If A plus B equals FONDLE ME, ChuckyLove needed to say no more. Winkwink, nodnod, nudgenudge.
"A half-million dollars for a one-year exclusive contract," he waggled into the phone.
"What makes you think Jill would be interested in a porn film career?"
"She'd be a natural, better than Ashe ... Skye ... Jenna ... bigger than all of 'em."
"My guess is she's better right now than any of them will ever be, but I don't plan to share her."
"Oo-ee, you lucky dog, you! Talk it over with her."
"I can send her in and let her talk to you," I said. "Chuckles, did you ever see a woman bite the butt end o
ff a pool cue, chew it up and swallow it? That's what would happen to your porn studs."
CHAPTER TWENTY-NINE
"You sure you feel well enough to come back with me?"
She nodded and grabbed my hand. We stood on the spot that took us ... back to the sycamore tree. Jill reached up and ripped off a twig. "I'm starved."
***
She spent the next two days with the piss-vial experts, who came to one conclusion: Winter is for humans.
"Essentially," she said, "I'm a plant form. I need more sunlight than you do."
I nodded. "So, do we move to Florida?"
"I'd still have to come back to Coffee Creek to access the ship."

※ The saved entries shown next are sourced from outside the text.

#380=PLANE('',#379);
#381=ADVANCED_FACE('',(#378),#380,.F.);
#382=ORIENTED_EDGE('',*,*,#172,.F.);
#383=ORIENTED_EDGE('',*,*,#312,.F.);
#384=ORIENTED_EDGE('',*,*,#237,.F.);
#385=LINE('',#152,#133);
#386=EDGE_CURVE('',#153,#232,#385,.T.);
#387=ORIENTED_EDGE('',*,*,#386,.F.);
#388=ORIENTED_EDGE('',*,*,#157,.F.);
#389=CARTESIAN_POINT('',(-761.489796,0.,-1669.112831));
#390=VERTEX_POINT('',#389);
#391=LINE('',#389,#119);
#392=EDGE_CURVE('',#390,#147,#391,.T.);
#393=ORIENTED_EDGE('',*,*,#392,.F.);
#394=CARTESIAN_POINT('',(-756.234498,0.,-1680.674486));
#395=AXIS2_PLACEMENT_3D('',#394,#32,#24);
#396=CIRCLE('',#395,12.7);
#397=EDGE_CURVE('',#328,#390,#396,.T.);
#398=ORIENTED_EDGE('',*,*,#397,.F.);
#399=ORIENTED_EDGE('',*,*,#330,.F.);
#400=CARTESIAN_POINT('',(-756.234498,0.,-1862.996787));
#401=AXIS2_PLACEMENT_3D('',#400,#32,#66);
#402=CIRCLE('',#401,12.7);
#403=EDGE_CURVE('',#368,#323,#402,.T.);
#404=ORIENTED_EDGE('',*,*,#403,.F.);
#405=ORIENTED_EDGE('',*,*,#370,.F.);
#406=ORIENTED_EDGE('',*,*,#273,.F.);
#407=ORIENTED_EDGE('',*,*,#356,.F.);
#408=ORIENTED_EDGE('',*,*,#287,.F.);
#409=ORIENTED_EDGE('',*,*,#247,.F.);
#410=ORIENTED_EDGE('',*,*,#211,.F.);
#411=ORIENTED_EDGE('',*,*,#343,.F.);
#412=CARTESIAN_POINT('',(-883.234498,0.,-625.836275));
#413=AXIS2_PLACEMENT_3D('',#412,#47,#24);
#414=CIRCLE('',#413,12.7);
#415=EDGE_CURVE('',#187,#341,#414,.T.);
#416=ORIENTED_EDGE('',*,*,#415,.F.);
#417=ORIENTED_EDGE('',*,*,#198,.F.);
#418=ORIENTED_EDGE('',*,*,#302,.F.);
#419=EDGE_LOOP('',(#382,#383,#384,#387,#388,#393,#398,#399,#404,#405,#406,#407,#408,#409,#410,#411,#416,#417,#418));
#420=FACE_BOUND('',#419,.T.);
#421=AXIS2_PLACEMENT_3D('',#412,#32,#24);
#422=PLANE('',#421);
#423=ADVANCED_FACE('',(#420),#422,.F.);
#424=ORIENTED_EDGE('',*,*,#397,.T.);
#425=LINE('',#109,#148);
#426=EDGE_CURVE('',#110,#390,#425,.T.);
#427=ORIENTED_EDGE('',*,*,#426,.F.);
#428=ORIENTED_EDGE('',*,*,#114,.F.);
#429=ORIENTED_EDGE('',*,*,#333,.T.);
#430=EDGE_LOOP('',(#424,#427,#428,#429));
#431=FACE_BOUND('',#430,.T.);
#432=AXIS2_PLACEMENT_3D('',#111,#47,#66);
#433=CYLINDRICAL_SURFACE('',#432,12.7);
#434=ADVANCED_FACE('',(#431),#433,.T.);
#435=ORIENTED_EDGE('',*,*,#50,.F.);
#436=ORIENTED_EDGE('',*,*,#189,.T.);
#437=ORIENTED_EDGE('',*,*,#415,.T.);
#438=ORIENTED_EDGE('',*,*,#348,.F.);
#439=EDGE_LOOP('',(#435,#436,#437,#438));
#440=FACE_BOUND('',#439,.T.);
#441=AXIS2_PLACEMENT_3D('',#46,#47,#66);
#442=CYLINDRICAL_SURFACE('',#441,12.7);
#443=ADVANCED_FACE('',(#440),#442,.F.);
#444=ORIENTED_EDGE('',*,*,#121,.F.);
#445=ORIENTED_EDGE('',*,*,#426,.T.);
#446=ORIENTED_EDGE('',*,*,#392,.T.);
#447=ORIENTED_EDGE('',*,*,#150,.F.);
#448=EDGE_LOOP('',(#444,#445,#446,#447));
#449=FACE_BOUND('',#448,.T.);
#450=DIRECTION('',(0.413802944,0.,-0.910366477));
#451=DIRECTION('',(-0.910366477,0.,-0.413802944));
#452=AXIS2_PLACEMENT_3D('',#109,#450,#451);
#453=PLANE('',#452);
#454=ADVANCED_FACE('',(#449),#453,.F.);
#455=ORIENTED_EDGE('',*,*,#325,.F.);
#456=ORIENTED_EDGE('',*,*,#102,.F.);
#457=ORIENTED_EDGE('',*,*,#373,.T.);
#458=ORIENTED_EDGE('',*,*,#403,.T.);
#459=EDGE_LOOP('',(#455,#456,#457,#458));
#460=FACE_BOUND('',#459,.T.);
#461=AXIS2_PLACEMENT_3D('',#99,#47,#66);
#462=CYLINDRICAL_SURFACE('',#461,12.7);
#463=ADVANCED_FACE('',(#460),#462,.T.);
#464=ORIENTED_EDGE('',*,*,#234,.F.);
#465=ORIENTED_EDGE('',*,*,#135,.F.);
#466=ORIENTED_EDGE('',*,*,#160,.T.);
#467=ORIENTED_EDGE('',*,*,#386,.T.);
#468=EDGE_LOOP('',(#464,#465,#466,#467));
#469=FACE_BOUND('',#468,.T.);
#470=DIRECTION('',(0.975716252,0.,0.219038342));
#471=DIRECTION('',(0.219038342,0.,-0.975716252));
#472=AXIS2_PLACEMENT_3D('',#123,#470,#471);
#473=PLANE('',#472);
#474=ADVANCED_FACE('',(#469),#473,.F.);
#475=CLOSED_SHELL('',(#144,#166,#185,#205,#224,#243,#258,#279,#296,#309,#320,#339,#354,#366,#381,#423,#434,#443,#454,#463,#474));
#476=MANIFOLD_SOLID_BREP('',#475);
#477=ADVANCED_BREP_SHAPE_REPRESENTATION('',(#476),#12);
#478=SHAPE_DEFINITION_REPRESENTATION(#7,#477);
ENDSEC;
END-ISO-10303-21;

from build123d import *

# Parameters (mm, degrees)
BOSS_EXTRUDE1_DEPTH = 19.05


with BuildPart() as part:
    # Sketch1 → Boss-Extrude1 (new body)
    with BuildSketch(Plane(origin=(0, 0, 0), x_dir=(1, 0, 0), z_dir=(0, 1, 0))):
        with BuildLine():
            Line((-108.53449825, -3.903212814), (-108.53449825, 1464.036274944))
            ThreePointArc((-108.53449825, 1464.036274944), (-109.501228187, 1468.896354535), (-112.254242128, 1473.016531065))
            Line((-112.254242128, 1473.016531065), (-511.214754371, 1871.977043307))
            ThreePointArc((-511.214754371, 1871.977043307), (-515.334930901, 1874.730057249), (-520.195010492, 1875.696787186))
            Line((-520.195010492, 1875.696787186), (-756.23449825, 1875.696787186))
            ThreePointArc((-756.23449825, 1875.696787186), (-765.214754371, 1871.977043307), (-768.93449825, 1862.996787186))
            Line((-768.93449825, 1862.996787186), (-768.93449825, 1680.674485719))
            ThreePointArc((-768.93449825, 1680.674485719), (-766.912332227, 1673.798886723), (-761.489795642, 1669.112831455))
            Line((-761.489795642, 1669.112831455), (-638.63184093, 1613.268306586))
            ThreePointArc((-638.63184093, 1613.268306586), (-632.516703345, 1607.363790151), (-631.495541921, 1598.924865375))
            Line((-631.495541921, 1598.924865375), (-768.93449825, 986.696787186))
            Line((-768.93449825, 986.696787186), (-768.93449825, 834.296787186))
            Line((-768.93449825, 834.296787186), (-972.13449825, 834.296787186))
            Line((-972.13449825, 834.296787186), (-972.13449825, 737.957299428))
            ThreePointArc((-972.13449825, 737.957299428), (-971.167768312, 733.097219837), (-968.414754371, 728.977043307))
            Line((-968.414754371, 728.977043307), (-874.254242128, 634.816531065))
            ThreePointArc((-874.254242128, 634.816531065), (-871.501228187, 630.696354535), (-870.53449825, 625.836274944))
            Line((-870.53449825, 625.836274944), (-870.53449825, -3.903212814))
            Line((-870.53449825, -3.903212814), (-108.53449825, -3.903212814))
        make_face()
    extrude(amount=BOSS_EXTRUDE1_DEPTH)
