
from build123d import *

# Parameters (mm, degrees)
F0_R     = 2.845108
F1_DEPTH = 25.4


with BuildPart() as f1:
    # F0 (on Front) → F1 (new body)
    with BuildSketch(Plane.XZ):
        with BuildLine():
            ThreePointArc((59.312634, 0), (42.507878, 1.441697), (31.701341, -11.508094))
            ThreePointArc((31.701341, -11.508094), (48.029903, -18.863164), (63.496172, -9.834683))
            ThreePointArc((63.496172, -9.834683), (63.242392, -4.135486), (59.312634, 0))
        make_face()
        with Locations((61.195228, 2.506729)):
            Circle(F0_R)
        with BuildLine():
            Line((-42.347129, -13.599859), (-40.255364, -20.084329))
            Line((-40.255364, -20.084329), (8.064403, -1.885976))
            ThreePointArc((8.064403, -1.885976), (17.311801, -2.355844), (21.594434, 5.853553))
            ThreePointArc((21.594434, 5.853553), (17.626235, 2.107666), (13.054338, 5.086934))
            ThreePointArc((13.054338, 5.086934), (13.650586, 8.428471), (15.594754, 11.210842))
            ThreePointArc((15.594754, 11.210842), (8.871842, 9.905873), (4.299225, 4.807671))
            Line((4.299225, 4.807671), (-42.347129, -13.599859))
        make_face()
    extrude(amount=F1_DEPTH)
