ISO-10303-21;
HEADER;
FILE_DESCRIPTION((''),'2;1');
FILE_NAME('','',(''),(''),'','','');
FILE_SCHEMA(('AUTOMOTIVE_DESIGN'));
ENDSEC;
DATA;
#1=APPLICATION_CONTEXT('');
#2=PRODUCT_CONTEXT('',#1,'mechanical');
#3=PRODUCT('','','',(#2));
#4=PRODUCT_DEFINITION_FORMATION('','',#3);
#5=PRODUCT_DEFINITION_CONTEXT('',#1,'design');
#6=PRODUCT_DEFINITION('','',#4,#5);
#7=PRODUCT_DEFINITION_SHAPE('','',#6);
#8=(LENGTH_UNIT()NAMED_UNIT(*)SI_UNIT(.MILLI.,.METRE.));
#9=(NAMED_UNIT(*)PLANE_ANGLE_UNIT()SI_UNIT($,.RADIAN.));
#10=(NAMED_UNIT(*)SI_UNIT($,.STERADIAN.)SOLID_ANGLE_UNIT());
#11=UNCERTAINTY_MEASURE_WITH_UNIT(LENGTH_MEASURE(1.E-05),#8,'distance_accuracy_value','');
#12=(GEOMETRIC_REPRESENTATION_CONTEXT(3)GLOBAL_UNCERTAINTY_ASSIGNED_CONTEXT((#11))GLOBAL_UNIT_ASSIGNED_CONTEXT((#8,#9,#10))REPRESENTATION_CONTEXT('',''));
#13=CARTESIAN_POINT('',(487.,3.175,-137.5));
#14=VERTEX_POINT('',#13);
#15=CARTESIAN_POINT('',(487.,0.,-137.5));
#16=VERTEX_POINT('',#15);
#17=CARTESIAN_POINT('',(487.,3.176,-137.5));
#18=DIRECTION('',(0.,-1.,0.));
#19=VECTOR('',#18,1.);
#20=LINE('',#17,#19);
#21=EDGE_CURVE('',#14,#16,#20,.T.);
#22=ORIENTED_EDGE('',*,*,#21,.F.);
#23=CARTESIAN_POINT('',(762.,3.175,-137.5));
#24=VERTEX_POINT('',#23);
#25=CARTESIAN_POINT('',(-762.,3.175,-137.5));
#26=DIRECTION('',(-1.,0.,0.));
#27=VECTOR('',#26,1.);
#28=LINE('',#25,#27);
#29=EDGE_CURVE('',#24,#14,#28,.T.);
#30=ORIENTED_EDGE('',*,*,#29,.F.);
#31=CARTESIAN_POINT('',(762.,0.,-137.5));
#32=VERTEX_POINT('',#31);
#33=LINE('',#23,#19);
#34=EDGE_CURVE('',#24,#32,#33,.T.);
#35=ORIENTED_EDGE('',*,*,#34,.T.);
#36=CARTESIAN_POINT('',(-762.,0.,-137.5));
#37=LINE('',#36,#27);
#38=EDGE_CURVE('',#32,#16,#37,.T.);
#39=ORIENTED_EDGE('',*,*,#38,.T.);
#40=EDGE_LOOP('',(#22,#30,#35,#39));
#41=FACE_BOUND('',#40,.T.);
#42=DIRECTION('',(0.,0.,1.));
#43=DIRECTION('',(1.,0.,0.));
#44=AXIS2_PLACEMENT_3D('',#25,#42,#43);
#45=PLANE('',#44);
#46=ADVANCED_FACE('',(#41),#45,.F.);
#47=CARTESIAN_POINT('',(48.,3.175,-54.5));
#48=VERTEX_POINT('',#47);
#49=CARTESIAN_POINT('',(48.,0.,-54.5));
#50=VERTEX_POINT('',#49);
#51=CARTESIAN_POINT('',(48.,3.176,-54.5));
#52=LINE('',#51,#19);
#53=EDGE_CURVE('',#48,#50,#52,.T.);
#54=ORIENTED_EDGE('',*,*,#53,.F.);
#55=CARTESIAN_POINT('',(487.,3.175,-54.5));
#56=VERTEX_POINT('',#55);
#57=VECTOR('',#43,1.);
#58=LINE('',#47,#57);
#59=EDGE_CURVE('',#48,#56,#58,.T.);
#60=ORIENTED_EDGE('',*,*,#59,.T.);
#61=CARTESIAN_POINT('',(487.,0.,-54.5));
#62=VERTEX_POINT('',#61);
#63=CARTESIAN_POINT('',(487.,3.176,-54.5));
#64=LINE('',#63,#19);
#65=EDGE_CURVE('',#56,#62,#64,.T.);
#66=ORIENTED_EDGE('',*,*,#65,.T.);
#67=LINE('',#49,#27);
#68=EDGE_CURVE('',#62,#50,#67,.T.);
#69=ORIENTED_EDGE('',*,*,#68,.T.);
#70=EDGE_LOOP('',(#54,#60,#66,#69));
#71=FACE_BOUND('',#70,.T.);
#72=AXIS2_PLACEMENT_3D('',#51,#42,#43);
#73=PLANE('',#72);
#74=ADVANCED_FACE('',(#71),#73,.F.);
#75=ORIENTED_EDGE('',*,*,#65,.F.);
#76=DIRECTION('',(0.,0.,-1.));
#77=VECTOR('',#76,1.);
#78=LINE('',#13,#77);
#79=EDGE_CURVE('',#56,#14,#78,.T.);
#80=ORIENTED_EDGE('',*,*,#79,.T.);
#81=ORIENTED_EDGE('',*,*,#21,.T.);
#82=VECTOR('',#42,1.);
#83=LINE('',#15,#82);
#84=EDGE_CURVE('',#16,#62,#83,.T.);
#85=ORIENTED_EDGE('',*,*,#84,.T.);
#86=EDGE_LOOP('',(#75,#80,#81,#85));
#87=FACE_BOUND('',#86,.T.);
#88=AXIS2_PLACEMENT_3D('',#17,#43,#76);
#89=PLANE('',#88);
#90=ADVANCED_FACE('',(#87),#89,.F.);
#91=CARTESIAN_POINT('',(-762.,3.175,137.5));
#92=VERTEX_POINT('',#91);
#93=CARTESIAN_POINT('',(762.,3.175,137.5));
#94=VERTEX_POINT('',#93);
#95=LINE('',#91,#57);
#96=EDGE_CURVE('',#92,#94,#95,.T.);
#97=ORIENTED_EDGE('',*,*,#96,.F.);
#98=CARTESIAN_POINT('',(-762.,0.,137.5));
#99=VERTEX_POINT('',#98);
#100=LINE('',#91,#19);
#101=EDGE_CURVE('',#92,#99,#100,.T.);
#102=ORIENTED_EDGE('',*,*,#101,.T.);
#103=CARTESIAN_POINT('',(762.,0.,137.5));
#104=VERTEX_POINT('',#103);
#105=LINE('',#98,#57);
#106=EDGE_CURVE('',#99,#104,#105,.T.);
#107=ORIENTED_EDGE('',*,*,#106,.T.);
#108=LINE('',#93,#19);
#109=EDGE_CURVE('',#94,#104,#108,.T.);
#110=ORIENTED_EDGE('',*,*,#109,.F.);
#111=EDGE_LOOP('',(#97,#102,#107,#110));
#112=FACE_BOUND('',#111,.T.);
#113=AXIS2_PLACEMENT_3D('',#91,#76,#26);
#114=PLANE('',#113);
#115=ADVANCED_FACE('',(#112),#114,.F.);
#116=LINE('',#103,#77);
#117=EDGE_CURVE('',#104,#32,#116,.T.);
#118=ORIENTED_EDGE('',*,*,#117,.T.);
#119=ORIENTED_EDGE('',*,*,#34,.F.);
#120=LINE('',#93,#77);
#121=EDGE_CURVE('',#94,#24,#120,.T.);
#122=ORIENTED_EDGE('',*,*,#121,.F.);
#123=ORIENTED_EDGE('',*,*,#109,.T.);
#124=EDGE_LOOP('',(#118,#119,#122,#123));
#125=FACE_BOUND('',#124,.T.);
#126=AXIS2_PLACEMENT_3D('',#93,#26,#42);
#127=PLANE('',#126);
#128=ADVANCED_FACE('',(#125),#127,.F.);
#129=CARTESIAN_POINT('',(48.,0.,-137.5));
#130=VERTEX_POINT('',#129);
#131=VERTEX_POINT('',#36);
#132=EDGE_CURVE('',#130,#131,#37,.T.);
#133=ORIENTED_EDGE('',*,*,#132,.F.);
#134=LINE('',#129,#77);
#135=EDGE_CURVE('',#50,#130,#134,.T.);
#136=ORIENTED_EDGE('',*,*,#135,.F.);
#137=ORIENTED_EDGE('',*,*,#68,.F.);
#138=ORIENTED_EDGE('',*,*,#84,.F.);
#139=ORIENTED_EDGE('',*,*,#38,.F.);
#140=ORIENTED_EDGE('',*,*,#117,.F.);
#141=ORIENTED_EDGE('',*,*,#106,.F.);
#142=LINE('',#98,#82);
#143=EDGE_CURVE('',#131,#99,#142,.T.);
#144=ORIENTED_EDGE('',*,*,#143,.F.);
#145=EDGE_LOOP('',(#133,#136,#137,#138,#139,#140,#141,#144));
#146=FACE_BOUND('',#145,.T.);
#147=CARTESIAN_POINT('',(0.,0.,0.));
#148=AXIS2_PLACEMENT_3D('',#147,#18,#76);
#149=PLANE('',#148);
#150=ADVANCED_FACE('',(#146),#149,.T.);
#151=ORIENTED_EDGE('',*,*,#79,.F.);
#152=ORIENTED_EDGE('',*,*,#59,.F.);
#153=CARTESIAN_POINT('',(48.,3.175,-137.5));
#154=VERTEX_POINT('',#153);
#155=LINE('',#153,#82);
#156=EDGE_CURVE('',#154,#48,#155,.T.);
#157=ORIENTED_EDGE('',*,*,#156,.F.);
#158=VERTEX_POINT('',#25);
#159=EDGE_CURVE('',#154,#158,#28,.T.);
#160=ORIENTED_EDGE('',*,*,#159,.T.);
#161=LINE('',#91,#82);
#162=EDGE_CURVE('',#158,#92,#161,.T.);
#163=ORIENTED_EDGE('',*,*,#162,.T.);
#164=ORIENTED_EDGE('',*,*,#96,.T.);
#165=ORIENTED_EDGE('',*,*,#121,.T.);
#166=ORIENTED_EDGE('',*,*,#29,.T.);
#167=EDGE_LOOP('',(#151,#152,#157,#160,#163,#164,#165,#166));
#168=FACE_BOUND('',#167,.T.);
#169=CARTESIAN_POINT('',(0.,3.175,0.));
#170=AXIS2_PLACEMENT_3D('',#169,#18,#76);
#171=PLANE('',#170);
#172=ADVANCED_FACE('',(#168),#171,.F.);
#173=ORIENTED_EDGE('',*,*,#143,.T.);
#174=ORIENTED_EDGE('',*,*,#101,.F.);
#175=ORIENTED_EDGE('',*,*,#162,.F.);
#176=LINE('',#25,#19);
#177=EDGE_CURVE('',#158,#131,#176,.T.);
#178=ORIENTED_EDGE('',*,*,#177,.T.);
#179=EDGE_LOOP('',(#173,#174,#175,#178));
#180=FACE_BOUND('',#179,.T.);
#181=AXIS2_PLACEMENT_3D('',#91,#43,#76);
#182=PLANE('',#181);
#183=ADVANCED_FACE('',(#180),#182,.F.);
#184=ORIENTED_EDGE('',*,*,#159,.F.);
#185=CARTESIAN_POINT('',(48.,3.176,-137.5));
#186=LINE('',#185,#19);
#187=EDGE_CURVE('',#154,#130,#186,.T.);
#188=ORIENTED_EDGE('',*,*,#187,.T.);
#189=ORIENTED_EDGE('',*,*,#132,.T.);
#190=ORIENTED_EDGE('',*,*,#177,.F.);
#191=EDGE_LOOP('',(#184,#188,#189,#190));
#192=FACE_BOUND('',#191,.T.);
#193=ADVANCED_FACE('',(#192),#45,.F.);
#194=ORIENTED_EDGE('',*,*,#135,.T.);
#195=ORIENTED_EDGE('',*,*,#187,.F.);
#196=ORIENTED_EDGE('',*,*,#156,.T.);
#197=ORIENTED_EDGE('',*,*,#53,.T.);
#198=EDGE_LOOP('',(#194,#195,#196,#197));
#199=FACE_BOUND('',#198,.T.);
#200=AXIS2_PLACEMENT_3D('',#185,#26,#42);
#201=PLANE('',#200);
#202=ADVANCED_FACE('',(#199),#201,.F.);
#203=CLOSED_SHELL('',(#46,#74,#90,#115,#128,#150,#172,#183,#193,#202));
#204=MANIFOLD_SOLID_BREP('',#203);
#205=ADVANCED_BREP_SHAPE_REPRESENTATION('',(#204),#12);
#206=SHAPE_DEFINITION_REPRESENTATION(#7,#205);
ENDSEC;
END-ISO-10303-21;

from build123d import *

# Parameters (mm, degrees)
SKETCH1_W           = 1524
SKETCH1_H           = 275
BOSS_EXTRUDE1_DEPTH = 3.175
CUT_EXTRUDE1_REACH  = 776.313
SKETCH2_W           = 439
SKETCH2_H           = 83


with BuildPart() as part:
    # Sketch1 → Boss-Extrude1 (new body)
    with BuildSketch(Plane(origin=(0, 0, 0), x_dir=(1, 0, 0), z_dir=(0, 1, 0))):
        Rectangle(SKETCH1_W, SKETCH1_H)
    extrude(amount=BOSS_EXTRUDE1_DEPTH)

    # Sketch2 → Cut-Extrude1 (cut, up to next)
    with BuildSketch(Plane.XZ, mode=Mode.PRIVATE) as cut_extrude1_sk1:
        with Locations((267.5, -96)):
            Rectangle(SKETCH2_W, SKETCH2_H)
    cut_extrude1_tool1 = extrude(cut_extrude1_sk1.sketch, amount=-CUT_EXTRUDE1_REACH, mode=Mode.PRIVATE) & part.part
    add(cut_extrude1_tool1.solids().sort_by_distance((267.5, 0, -96))[0], mode=Mode.SUBTRACT)


solid = part.part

Maybe I can bring in some ultraviolet lights and set them up around the house."
"Good idea."
"Why can't the ship just move?"
"We can change the orbit but we can't redirect the beam. There's a wobble in the atmosphere just above this town. We were days trying to find one with this climate. It's a complicated procedure, but in simple truth, there are only so many ways we can get onto the planet. It's like ... little holes we have to punch through the sky."
"So a full-scale invasion is out of the question?" I fingered my pizza and watched Jill spread soy sauce over her pine cone. It needed salt, she said.
"We can send anybody to Earth we want, but they have to access it through the portal. That's how Segoy plans to get here. Her ship will dock with ours and she'll access the portal that way."
"Can't you just send down a shuttle? Who's Segoy?"
"Shuttles are useless. Segoy is my daughter."
I spun the pizza around on the plate. A new wrinkle. "She was born before you left S8?"
"Jay, there is one thing you haven't grasped ... but it should have been obvious ... I've never been there."
"Why should that have been obvious? What the fuck does that mean, anyway?"
"I was born in space. I've lived my entire life on the ship. It's why I never talk about life at home. I never lived there. It took us years to get here and the ship left before I was born. Segoy was born in space."
"How long ago?"
"By your terms, two years ago."
"Segoy is two. How old are you?"
"Thirteen, fourteen ... something like that. Time doesn't matter. Years are not relevant, not in a time thread. I guess the best way to put it is ... in Klinger years.